Exercise material:
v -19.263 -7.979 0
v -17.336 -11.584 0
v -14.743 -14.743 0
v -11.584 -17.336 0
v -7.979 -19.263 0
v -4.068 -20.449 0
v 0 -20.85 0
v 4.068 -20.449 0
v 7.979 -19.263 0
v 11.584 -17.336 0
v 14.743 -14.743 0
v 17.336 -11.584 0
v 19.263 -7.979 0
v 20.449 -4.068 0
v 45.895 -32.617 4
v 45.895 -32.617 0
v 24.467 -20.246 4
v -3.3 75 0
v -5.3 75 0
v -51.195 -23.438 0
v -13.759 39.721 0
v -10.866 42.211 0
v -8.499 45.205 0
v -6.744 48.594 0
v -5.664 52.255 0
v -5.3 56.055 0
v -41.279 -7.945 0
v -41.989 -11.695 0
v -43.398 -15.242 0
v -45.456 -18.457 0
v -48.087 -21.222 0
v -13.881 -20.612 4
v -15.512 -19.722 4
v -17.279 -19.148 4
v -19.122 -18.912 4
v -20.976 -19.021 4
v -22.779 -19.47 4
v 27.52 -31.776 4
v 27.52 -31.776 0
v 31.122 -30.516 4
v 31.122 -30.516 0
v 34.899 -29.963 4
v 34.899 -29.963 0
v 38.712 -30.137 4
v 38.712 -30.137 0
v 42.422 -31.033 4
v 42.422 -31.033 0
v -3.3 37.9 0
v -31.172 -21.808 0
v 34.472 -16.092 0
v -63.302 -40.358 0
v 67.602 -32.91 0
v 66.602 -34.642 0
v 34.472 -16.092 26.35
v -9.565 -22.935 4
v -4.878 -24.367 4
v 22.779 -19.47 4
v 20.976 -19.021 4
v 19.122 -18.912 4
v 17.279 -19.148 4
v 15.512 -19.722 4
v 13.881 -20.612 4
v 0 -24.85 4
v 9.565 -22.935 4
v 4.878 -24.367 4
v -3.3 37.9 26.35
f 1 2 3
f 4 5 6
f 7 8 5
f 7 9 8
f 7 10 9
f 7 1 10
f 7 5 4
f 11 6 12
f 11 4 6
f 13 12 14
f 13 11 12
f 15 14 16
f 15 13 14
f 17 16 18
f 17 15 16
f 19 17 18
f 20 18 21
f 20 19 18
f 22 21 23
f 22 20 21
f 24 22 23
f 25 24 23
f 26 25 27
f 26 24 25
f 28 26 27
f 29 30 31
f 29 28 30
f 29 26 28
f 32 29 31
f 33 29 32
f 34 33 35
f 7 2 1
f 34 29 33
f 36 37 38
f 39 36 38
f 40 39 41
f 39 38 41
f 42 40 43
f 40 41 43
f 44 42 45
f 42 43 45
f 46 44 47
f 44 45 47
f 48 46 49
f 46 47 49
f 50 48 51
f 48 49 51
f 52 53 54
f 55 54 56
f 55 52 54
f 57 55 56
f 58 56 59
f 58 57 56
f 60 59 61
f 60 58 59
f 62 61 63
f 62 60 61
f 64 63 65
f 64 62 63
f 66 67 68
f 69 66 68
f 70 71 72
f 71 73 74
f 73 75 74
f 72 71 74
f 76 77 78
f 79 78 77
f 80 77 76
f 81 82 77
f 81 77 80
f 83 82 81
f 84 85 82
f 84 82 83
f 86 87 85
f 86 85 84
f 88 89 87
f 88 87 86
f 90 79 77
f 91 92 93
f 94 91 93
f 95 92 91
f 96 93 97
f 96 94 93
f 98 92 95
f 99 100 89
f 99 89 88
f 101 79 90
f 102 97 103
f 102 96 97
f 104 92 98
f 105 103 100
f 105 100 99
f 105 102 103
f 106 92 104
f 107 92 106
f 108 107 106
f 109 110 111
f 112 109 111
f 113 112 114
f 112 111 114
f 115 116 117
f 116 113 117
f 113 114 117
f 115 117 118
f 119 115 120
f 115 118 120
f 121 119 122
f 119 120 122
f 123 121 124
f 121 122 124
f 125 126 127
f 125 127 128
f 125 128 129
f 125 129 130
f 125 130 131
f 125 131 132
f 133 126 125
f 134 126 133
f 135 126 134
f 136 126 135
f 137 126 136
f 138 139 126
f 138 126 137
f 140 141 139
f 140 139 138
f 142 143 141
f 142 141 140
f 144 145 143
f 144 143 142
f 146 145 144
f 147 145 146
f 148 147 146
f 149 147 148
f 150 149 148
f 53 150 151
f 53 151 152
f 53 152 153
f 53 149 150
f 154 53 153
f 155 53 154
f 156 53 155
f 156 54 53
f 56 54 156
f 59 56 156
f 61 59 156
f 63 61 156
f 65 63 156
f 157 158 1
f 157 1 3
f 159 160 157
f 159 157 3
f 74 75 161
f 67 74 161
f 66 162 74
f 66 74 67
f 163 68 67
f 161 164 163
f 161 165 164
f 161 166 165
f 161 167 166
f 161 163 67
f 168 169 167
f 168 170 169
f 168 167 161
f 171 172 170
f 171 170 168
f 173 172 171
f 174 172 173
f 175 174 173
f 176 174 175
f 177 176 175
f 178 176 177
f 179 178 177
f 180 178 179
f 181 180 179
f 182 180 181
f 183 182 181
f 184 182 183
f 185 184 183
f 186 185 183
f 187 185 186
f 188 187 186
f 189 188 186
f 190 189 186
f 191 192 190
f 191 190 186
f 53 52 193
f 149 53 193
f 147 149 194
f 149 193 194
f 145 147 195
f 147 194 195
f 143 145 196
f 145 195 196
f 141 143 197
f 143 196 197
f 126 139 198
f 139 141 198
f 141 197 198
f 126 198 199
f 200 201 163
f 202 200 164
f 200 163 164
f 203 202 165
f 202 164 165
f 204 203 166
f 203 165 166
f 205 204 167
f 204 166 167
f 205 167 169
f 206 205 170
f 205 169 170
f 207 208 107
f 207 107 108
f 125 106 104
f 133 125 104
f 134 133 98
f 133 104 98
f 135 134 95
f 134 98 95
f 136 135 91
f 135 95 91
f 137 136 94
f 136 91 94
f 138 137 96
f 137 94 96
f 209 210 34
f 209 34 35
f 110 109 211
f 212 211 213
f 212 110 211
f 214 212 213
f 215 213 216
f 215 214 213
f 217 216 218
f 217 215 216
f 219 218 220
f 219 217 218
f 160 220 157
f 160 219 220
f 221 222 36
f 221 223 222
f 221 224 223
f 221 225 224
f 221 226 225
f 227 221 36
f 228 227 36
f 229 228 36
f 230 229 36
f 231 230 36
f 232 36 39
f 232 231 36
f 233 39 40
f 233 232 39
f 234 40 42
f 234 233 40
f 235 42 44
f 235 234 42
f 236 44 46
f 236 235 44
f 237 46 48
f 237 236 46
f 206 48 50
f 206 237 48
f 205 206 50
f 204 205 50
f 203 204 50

Assignment:
Restate the whole of the data exactly.

Your response:
v -19.263 -7.979 0
v -17.336 -11.584 0
v -14.743 -14.743 0
v -11.584 -17.336 0
v -7.979 -19.263 0
v -4.068 -20.449 0
v 0 -20.85 0
v 4.068 -20.449 0
v 7.979 -19.263 0
v 11.584 -17.336 0
v 14.743 -14.743 0
v 17.336 -11.584 0
v 19.263 -7.979 0
v 20.449 -4.068 0
v 45.895 -32.617 4
v 45.895 -32.617 0
v 24.467 -20.246 4
v -3.3 75 0
v -5.3 75 0
v -51.195 -23.438 0
v -13.759 39.721 0
v -10.866 42.211 0
v -8.499 45.205 0
v -6.744 48.594 0
v -5.664 52.255 0
v -5.3 56.055 0
v -41.279 -7.945 0
v -41.989 -11.695 0
v -43.398 -15.242 0
v -45.456 -18.457 0
v -48.087 -21.222 0
v -13.881 -20.612 4
v -15.512 -19.722 4
v -17.279 -19.148 4
v -19.122 -18.912 4
v -20.976 -19.021 4
v -22.779 -19.47 4
v 27.52 -31.776 4
v 27.52 -31.776 0
v 31.122 -30.516 4
v 31.122 -30.516 0
v 34.899 -29.963 4
v 34.899 -29.963 0
v 38.712 -30.137 4
v 38.712 -30.137 0
v 42.422 -31.033 4
v 42.422 -31.033 0
v -3.3 37.9 0
v -31.172 -21.808 0
v 34.472 -16.092 0
v -63.302 -40.358 0
v 67.602 -32.91 0
v 66.602 -34.642 0
v 34.472 -16.092 26.35
v -9.565 -22.935 4
v -4.878 -24.367 4
v 22.779 -19.47 4
v 20.976 -19.021 4
v 19.122 -18.912 4
v 17.279 -19.148 4
v 15.512 -19.722 4
v 13.881 -20.612 4
v 0 -24.85 4
v 9.565 -22.935 4
v 4.878 -24.367 4
v -3.3 37.9 26.35
f 1 2 3
f 4 5 6
f 7 8 5
f 7 9 8
f 7 10 9
f 7 1 10
f 7 5 4
f 11 6 12
f 11 4 6
f 13 12 14
f 13 11 12
f 15 14 16
f 15 13 14
f 17 16 18
f 17 15 16
f 19 17 18
f 20 18 21
f 20 19 18
f 22 21 23
f 22 20 21
f 24 22 23
f 25 24 23
f 26 25 27
f 26 24 25
f 28 26 27
f 29 30 31
f 29 28 30
f 29 26 28
f 32 29 31
f 33 29 32
f 34 33 35
f 7 2 1
f 34 29 33
f 36 37 38
f 39 36 38
f 40 39 41
f 39 38 41
f 42 40 43
f 40 41 43
f 44 42 45
f 42 43 45
f 46 44 47
f 44 45 47
f 48 46 49
f 46 47 49
f 50 48 51
f 48 49 51
f 52 53 54
f 55 54 56
f 55 52 54
f 57 55 56
f 58 56 59
f 58 57 56
f 60 59 61
f 60 58 59
f 62 61 63
f 62 60 61
f 64 63 65
f 64 62 63
f 66 67 68
f 69 66 68
f 70 71 72
f 71 73 74
f 73 75 74
f 72 71 74
f 76 77 78
f 79 78 77
f 80 77 76
f 81 82 77
f 81 77 80
f 83 82 81
f 84 85 82
f 84 82 83
f 86 87 85
f 86 85 84
f 88 89 87
f 88 87 86
f 90 79 77
f 91 92 93
f 94 91 93
f 95 92 91
f 96 93 97
f 96 94 93
f 98 92 95
f 99 100 89
f 99 89 88
f 101 79 90
f 102 97 103
f 102 96 97
f 104 92 98
f 105 103 100
f 105 100 99
f 105 102 103
f 106 92 104
f 107 92 106
f 108 107 106
f 109 110 111
f 112 109 111
f 113 112 114
f 112 111 114
f 115 116 117
f 116 113 117
f 113 114 117
f 115 117 118
f 119 115 120
f 115 118 120
f 121 119 122
f 119 120 122
f 123 121 124
f 121 122 124
f 125 126 127
f 125 127 128
f 125 128 129
f 125 129 130
f 125 130 131
f 125 131 132
f 133 126 125
f 134 126 133
f 135 126 134
f 136 126 135
f 137 126 136
f 138 139 126
f 138 126 137
f 140 141 139
f 140 139 138
f 142 143 141
f 142 141 140
f 144 145 143
f 144 143 142
f 146 145 144
f 147 145 146
f 148 147 146
f 149 147 148
f 150 149 148
f 53 150 151
f 53 151 152
f 53 152 153
f 53 149 150
f 154 53 153
f 155 53 154
f 156 53 155
f 156 54 53
f 56 54 156
f 59 56 156
f 61 59 156
f 63 61 156
f 65 63 156
f 157 158 1
f 157 1 3
f 159 160 157
f 159 157 3
f 74 75 161
f 67 74 161
f 66 162 74
f 66 74 67
f 163 68 67
f 161 164 163
f 161 165 164
f 161 166 165
f 161 167 166
f 161 163 67
f 168 169 167
f 168 170 169
f 168 167 161
f 171 172 170
f 171 170 168
f 173 172 171
f 174 172 173
f 175 174 173
f 176 174 175
f 177 176 175
f 178 176 177
f 179 178 177
f 180 178 179
f 181 180 179
f 182 180 181
f 183 182 181
f 184 182 183
f 185 184 183
f 186 185 183
f 187 185 186
f 188 187 186
f 189 188 186
f 190 189 186
f 191 192 190
f 191 190 186
f 53 52 193
f 149 53 193
f 147 149 194
f 149 193 194
f 145 147 195
f 147 194 195
f 143 145 196
f 145 195 196
f 141 143 197
f 143 196 197
f 126 139 198
f 139 141 198
f 141 197 198
f 126 198 199
f 200 201 163
f 202 200 164
f 200 163 164
f 203 202 165
f 202 164 165
f 204 203 166
f 203 165 166
f 205 204 167
f 204 166 167
f 205 167 169
f 206 205 170
f 205 169 170
f 207 208 107
f 207 107 108
f 125 106 104
f 133 125 104
f 134 133 98
f 133 104 98
f 135 134 95
f 134 98 95
f 136 135 91
f 135 95 91
f 137 136 94
f 136 91 94
f 138 137 96
f 137 94 96
f 209 210 34
f 209 34 35
f 110 109 211
f 212 211 213
f 212 110 211
f 214 212 213
f 215 213 216
f 215 214 213
f 217 216 218
f 217 215 216
f 219 218 220
f 219 217 218
f 160 220 157
f 160 219 220
f 221 222 36
f 221 223 222
f 221 224 223
f 221 225 224
f 221 226 225
f 227 221 36
f 228 227 36
f 229 228 36
f 230 229 36
f 231 230 36
f 232 36 39
f 232 231 36
f 233 39 40
f 233 232 39
f 234 40 42
f 234 233 40
f 235 42 44
f 235 234 42
f 236 44 46
f 236 235 44
f 237 46 48
f 237 236 46
f 206 48 50
f 206 237 48
f 205 206 50
f 204 205 50
f 203 204 50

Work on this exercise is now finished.